§ **Work instructions**
Please copy out the entries below exactly, beginning with the line that contains "f 37 39 173" and ending with the line that contains "f 162 186 156", and include nothing outside that span.

== Provided information

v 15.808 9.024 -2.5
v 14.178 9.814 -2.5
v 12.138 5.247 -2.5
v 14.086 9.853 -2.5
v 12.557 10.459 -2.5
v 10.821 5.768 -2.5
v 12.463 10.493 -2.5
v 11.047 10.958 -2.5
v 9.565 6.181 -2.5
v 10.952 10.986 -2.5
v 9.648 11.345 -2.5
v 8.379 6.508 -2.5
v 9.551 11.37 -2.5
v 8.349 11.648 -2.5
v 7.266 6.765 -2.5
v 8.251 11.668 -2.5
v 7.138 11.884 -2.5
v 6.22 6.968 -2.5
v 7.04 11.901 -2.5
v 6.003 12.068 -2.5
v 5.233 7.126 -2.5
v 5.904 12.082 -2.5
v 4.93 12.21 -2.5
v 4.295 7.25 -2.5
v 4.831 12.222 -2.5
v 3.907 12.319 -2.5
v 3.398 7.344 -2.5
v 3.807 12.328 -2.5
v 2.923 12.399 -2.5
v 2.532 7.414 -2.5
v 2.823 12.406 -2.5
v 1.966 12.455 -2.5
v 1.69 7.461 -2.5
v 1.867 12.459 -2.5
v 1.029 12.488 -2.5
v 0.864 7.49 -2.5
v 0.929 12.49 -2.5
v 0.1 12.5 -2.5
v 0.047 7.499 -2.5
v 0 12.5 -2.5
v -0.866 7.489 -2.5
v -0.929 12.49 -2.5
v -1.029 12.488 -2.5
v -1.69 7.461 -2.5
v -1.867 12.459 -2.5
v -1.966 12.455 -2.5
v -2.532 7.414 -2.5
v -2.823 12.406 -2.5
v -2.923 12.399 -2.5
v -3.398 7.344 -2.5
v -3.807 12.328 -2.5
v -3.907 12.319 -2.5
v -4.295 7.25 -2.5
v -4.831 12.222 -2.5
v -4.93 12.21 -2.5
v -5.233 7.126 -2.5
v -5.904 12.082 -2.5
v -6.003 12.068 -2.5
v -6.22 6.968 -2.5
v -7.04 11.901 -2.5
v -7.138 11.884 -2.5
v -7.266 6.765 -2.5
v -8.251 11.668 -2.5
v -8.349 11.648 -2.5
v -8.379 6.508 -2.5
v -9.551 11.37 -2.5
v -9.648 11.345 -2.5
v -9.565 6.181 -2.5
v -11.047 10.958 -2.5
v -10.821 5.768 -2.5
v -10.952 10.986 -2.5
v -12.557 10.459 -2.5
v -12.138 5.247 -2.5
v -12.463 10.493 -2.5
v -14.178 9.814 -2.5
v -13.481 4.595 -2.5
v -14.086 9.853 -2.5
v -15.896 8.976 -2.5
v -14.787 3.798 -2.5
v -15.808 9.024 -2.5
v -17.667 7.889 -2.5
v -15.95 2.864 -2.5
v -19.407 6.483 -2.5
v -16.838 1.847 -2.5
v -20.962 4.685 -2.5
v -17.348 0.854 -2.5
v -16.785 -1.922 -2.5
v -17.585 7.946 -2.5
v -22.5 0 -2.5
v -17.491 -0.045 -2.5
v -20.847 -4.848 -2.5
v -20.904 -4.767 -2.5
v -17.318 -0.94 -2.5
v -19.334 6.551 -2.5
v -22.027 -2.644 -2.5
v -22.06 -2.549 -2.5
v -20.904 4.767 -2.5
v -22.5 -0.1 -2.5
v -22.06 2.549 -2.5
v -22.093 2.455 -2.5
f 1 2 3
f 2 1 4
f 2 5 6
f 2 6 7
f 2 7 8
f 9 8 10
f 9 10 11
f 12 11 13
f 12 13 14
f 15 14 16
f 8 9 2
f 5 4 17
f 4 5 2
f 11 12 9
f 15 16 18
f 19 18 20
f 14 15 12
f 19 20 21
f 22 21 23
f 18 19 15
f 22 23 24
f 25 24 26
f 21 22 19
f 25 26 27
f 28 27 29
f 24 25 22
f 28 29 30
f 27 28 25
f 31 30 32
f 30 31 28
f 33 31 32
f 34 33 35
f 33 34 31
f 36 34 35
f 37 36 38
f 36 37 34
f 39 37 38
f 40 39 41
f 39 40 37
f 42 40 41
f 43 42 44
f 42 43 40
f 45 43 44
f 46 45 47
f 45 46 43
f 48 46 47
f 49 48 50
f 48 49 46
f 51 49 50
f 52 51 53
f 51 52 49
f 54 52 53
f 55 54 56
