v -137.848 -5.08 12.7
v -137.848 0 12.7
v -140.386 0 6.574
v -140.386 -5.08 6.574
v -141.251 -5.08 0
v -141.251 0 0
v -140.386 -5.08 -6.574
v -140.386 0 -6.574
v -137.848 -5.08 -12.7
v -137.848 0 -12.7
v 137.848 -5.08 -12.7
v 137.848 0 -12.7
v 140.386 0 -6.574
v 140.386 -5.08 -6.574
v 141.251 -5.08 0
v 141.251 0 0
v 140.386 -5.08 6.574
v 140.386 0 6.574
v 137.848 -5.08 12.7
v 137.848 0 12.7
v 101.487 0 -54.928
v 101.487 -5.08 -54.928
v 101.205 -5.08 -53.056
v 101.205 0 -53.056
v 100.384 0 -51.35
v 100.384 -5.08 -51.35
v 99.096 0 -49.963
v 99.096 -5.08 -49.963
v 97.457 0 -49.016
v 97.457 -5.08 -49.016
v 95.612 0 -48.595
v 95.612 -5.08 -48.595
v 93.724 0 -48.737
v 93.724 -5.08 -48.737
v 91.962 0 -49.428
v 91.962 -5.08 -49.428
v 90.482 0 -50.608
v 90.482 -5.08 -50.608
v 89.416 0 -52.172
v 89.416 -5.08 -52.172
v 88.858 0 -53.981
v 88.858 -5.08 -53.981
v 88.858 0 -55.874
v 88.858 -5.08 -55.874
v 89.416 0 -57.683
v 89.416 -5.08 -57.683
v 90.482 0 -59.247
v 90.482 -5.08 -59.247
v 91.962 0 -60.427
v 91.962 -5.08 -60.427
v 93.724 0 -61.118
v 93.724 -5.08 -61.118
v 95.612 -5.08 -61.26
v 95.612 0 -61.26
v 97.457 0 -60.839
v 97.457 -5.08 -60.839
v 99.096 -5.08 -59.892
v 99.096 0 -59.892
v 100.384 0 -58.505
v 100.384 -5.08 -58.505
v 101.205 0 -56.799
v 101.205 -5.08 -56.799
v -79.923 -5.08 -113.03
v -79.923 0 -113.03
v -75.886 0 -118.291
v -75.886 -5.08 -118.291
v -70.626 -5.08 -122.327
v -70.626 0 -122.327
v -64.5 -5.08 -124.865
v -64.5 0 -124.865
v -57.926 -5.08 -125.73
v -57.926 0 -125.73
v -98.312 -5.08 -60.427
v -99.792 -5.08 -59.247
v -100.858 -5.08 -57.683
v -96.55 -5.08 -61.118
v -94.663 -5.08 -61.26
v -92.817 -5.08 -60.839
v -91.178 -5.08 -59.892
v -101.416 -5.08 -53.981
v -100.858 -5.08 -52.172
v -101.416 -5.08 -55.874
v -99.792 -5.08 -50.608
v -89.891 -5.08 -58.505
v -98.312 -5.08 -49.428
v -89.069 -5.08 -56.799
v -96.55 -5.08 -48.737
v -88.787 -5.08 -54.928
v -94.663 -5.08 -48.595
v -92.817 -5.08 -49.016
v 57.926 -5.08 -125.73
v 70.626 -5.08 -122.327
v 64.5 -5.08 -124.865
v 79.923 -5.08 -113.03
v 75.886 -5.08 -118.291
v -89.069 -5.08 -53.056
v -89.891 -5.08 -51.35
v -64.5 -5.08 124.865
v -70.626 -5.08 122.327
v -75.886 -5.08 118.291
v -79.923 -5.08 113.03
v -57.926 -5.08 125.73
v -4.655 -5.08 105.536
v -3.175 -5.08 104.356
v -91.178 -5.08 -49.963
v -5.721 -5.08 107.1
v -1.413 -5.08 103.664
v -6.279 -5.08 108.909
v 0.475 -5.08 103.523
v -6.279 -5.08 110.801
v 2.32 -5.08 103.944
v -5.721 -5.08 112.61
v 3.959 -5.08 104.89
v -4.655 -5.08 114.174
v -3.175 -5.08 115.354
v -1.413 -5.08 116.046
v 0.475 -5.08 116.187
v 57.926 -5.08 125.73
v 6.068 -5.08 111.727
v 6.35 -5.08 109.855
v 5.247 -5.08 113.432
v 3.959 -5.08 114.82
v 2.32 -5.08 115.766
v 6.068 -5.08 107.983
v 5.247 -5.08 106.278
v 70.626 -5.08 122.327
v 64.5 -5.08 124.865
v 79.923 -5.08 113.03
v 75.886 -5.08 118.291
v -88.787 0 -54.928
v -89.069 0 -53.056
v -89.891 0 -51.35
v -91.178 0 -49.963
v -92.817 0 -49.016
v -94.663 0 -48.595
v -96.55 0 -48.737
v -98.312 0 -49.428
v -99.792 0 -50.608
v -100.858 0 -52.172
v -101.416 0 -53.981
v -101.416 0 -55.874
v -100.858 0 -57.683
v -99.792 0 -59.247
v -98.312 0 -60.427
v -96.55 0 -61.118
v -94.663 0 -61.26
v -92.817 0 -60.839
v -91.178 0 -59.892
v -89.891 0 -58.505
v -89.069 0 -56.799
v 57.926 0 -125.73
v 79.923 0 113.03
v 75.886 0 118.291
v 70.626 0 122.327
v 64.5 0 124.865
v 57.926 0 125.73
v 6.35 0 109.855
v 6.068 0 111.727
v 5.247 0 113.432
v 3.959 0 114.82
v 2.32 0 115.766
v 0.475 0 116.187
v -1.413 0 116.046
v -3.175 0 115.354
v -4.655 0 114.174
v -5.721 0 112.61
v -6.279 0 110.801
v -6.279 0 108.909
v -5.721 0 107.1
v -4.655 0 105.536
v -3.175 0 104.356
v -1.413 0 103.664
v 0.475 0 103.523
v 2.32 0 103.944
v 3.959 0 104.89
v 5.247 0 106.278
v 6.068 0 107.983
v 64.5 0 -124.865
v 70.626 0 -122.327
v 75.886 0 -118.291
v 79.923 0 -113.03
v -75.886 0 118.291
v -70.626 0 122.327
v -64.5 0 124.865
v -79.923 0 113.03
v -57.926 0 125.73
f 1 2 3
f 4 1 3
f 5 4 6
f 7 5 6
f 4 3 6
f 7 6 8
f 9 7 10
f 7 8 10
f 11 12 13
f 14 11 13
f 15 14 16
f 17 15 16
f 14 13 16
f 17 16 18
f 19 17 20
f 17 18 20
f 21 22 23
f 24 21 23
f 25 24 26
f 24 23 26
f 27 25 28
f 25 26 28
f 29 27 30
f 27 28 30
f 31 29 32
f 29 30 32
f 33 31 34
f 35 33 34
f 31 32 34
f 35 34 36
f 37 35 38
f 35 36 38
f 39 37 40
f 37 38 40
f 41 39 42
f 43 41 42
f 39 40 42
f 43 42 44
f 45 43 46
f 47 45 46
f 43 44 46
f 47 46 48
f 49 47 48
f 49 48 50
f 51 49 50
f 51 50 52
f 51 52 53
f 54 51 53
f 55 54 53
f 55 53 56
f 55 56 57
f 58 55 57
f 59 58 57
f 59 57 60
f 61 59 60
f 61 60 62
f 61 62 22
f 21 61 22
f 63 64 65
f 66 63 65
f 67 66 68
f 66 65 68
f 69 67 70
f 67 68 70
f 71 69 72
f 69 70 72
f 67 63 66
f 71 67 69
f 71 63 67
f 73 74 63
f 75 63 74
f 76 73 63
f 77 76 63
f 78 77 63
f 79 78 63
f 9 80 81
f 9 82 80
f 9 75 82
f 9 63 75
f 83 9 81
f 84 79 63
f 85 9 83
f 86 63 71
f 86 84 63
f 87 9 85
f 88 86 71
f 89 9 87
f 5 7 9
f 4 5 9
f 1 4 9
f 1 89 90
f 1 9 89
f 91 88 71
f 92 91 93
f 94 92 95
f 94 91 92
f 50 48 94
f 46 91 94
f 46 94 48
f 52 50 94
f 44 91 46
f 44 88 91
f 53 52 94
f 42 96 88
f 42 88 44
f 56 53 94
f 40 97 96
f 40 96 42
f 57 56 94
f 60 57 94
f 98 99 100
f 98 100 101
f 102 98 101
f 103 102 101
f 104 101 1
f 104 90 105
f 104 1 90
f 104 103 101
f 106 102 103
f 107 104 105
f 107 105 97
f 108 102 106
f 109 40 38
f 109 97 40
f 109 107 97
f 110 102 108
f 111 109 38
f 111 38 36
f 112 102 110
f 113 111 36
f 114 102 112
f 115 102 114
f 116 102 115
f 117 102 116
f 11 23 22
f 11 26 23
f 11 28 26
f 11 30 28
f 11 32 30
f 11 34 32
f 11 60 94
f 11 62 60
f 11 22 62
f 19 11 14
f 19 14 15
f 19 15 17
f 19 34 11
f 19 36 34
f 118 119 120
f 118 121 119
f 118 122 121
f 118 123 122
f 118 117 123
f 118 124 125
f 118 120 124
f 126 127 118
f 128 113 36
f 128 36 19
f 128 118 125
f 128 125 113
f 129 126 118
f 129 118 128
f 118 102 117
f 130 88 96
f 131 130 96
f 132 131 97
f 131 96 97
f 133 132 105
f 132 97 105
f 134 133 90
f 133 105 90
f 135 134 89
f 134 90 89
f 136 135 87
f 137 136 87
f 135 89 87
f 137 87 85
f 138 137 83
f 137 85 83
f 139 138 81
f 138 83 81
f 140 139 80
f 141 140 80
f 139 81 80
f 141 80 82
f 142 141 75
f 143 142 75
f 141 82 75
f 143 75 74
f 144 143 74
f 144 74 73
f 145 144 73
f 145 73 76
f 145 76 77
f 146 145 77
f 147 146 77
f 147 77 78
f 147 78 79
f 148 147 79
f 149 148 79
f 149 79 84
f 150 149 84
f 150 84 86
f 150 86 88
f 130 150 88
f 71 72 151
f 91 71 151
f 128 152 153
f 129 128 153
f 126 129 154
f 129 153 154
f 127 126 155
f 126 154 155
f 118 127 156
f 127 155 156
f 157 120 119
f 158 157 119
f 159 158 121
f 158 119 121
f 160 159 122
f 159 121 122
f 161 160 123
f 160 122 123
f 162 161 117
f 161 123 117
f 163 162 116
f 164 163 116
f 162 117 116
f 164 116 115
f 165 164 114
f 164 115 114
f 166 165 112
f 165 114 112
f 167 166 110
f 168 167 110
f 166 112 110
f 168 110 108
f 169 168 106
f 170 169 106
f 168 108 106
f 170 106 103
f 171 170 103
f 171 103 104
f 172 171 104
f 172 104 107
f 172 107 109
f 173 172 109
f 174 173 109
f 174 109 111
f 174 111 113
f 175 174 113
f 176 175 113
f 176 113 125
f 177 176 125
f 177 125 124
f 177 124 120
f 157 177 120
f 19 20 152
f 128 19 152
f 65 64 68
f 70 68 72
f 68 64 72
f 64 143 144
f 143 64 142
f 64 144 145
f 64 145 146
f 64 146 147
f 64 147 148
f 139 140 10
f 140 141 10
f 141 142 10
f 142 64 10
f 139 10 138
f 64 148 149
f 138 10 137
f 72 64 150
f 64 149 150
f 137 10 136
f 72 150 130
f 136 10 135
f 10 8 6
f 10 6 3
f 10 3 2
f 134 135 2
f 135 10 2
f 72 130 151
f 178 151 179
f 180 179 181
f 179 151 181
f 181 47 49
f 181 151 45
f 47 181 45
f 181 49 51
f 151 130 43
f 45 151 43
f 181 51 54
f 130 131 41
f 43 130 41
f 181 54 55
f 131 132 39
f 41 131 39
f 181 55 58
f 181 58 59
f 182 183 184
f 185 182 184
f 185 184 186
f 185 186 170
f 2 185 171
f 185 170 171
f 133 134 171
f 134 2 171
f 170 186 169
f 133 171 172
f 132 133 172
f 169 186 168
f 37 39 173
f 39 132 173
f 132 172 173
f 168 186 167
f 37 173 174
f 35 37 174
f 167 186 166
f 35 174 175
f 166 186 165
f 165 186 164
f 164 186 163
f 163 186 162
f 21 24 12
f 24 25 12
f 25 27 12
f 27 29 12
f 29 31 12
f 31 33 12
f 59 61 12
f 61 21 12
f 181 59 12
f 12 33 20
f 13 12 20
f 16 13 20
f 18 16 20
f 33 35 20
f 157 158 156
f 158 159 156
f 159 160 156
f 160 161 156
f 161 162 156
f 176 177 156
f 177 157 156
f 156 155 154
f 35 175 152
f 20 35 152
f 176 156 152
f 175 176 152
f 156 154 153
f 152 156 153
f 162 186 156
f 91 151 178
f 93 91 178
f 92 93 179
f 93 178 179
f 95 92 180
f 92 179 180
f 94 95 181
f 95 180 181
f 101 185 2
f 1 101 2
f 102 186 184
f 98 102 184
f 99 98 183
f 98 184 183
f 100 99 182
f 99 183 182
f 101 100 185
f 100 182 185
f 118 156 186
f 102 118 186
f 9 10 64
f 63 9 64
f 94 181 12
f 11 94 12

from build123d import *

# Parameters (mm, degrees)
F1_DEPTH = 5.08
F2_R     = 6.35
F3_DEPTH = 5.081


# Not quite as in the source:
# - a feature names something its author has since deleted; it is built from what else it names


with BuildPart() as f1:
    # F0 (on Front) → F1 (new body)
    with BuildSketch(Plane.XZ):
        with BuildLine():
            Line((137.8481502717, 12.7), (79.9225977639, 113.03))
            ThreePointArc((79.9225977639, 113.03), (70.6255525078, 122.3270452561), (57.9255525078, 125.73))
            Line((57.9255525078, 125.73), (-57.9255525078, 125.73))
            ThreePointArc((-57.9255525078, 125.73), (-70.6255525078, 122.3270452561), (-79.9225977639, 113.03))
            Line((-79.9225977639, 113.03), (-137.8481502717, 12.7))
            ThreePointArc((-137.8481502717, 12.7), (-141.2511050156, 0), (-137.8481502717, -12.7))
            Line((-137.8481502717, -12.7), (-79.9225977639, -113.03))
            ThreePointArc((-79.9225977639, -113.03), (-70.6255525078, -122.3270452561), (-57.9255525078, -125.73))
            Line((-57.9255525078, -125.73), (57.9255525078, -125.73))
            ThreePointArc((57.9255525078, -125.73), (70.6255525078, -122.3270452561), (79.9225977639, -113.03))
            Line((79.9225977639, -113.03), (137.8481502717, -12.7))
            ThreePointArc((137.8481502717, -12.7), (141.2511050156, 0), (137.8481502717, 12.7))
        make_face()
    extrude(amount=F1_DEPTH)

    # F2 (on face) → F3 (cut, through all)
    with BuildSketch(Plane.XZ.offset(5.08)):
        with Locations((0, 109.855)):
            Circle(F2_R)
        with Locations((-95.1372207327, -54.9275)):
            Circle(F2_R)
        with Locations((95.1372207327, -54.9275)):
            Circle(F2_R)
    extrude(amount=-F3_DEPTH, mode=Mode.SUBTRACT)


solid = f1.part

====
== Provided information

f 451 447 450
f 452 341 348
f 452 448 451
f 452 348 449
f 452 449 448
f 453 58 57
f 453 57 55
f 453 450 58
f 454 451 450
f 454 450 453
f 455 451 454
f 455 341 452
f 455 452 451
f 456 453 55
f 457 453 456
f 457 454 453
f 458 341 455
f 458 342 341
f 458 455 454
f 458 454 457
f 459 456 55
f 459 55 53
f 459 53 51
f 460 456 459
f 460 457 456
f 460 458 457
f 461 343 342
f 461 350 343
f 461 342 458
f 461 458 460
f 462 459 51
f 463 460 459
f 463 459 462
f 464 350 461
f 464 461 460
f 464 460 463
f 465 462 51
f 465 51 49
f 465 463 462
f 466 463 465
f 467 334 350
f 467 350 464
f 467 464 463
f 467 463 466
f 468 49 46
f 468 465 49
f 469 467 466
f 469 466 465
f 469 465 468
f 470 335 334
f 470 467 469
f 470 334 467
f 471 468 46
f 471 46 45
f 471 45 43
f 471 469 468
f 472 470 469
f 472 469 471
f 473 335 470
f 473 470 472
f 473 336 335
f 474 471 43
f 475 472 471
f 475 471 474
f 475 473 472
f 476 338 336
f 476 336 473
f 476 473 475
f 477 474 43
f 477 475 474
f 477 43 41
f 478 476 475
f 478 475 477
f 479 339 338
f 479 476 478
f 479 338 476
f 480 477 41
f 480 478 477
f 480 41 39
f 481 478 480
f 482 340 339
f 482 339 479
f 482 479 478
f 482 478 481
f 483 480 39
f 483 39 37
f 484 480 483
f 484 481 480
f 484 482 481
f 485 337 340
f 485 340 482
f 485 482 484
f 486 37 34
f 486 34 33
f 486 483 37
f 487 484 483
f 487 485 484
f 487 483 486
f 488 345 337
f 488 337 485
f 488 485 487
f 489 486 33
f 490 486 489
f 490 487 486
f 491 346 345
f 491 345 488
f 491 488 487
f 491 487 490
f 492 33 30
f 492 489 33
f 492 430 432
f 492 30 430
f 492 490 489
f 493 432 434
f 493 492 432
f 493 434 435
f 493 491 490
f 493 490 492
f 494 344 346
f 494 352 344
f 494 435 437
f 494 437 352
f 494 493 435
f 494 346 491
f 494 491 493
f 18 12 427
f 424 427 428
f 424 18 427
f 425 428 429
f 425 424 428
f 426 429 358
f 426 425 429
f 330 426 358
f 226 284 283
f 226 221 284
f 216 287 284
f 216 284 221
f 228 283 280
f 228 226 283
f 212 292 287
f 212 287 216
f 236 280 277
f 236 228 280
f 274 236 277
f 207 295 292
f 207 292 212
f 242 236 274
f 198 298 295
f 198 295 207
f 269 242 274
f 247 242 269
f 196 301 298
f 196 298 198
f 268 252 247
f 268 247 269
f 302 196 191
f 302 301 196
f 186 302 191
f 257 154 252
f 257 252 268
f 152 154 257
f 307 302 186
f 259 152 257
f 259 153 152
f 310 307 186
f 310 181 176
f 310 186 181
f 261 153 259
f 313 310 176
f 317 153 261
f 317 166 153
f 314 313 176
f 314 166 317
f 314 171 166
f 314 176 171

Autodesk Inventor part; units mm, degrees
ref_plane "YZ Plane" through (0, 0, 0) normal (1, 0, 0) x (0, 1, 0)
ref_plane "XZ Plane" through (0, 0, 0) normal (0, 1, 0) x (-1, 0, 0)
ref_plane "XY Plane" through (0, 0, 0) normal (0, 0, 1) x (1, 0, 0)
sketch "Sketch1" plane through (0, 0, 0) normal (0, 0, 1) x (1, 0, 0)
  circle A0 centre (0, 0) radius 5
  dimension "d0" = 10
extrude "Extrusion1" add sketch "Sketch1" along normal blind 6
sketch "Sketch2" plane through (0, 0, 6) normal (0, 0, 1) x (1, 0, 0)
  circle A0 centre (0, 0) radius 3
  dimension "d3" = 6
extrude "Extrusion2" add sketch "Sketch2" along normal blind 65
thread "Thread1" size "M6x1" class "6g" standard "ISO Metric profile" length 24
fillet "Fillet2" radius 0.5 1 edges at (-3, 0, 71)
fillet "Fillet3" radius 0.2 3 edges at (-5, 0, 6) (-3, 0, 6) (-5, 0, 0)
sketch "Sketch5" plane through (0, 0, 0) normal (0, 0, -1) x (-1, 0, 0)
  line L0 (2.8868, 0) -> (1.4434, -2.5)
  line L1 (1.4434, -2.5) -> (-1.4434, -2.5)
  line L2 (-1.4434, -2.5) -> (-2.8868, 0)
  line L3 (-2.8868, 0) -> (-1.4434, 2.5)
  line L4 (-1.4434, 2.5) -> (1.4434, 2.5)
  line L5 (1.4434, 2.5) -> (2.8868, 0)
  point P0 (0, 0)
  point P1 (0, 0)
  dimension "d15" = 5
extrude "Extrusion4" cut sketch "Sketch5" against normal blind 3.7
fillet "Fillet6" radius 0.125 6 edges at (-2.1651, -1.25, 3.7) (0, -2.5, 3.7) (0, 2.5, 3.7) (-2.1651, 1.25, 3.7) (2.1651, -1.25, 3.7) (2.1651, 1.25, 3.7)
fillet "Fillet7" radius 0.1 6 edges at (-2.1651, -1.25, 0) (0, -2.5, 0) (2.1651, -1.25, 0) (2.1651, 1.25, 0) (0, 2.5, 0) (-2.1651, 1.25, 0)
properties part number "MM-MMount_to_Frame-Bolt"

====

§ **Solution below**
f 37 39 173
f 39 132 173
f 132 172 173
f 168 186 167
f 37 173 174
f 35 37 174
f 167 186 166
f 35 174 175
f 166 186 165
f 165 186 164
f 164 186 163
f 163 186 162
f 21 24 12
f 24 25 12
f 25 27 12
f 27 29 12
f 29 31 12
f 31 33 12
f 59 61 12
f 61 21 12
f 181 59 12
f 12 33 20
f 13 12 20
f 16 13 20
f 18 16 20
f 33 35 20
f 157 158 156
f 158 159 156
f 159 160 156
f 160 161 156
f 161 162 156
f 176 177 156
f 177 157 156
f 156 155 154
f 35 175 152
f 20 35 152
f 176 156 152
f 175 176 152
f 156 154 153
f 152 156 153
f 162 186 156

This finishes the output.